Universal Citation: NJ Admin Code 11:21-13.6

Current through Register Vol. 56, No. 18, September 16, 2024

(a) Carriers shall effect the withdrawal of the specified nonstandard health benefits plan(s), if the request is granted by the Commissioner, through nonrenewal of the policies, contracts or certificates issued under the nonstandard health benefits plan(s) at the time of the 12-month anniversary date of each such policy, contract or certificate, provided that each policyholder, contractholder or certificateholder, and all covered persons and their dependents under the contract or certificate is given 90 days written notice prior to the date of the nonrenewal.

1. The carrier shall include in the notice the reasons for the nonrenewal (that is, that withdrawal of the health benefits plan has been approved by the Commissioner pursuant to this subchapter).

2. The carrier shall include in the notice an offer to obtain coverage under the standard health benefits plans issued by the carrier if the policyholder, contractholder, or certificateholder is a small employer (unless the carrier has been granted relief by the Commissioner pursuant to 17B:27A-26) or a statement that coverage may be available under an individual health benefits plan if the policyholder, contractholder or certificateholder is not a small employer.

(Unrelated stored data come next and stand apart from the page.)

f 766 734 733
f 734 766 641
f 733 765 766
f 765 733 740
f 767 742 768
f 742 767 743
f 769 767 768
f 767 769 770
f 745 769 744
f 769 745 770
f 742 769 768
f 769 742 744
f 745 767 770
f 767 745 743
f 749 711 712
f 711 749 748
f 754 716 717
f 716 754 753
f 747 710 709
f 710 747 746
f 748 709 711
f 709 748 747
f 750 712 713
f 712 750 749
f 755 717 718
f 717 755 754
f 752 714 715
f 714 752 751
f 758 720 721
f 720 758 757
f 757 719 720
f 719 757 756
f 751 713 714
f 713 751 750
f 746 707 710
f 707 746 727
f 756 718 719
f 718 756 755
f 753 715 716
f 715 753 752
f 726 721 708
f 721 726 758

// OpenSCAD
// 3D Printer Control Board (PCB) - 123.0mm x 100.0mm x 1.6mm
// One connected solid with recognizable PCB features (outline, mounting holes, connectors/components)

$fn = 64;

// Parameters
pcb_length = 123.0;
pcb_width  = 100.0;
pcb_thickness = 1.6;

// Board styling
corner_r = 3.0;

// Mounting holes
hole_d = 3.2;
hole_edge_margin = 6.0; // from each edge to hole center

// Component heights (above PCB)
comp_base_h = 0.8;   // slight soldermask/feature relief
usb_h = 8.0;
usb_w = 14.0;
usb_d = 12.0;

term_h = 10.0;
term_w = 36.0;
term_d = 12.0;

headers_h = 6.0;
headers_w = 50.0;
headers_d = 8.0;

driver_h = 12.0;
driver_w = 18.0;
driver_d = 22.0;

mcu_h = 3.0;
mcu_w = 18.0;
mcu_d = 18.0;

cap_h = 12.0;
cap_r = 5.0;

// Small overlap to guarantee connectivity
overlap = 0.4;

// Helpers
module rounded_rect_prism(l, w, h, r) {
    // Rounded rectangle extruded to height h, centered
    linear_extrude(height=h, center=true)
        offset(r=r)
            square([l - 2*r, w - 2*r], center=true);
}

3. The carrier shall include in the notice the name, address and telephone number of the employee or agent of the carrier who may be contacted for assistance and information concerning the withdrawal.

4. The carrier shall provide notice of the withdrawal to the producer of record for each policy, contract or certificate within 60 days of the date that the request to withdraw is granted.

(b) The withdrawal of the nonstandard health benefits plan shall be completed within 16 months of the date that the request to withdraw is granted.

(c) The nonstandard health benefits plan that is the subject of the request to withdraw shall not be marketed by or through an association, multiple employer arrangement or out-of-State trust to any new small employer from the date that the request to withdraw is granted.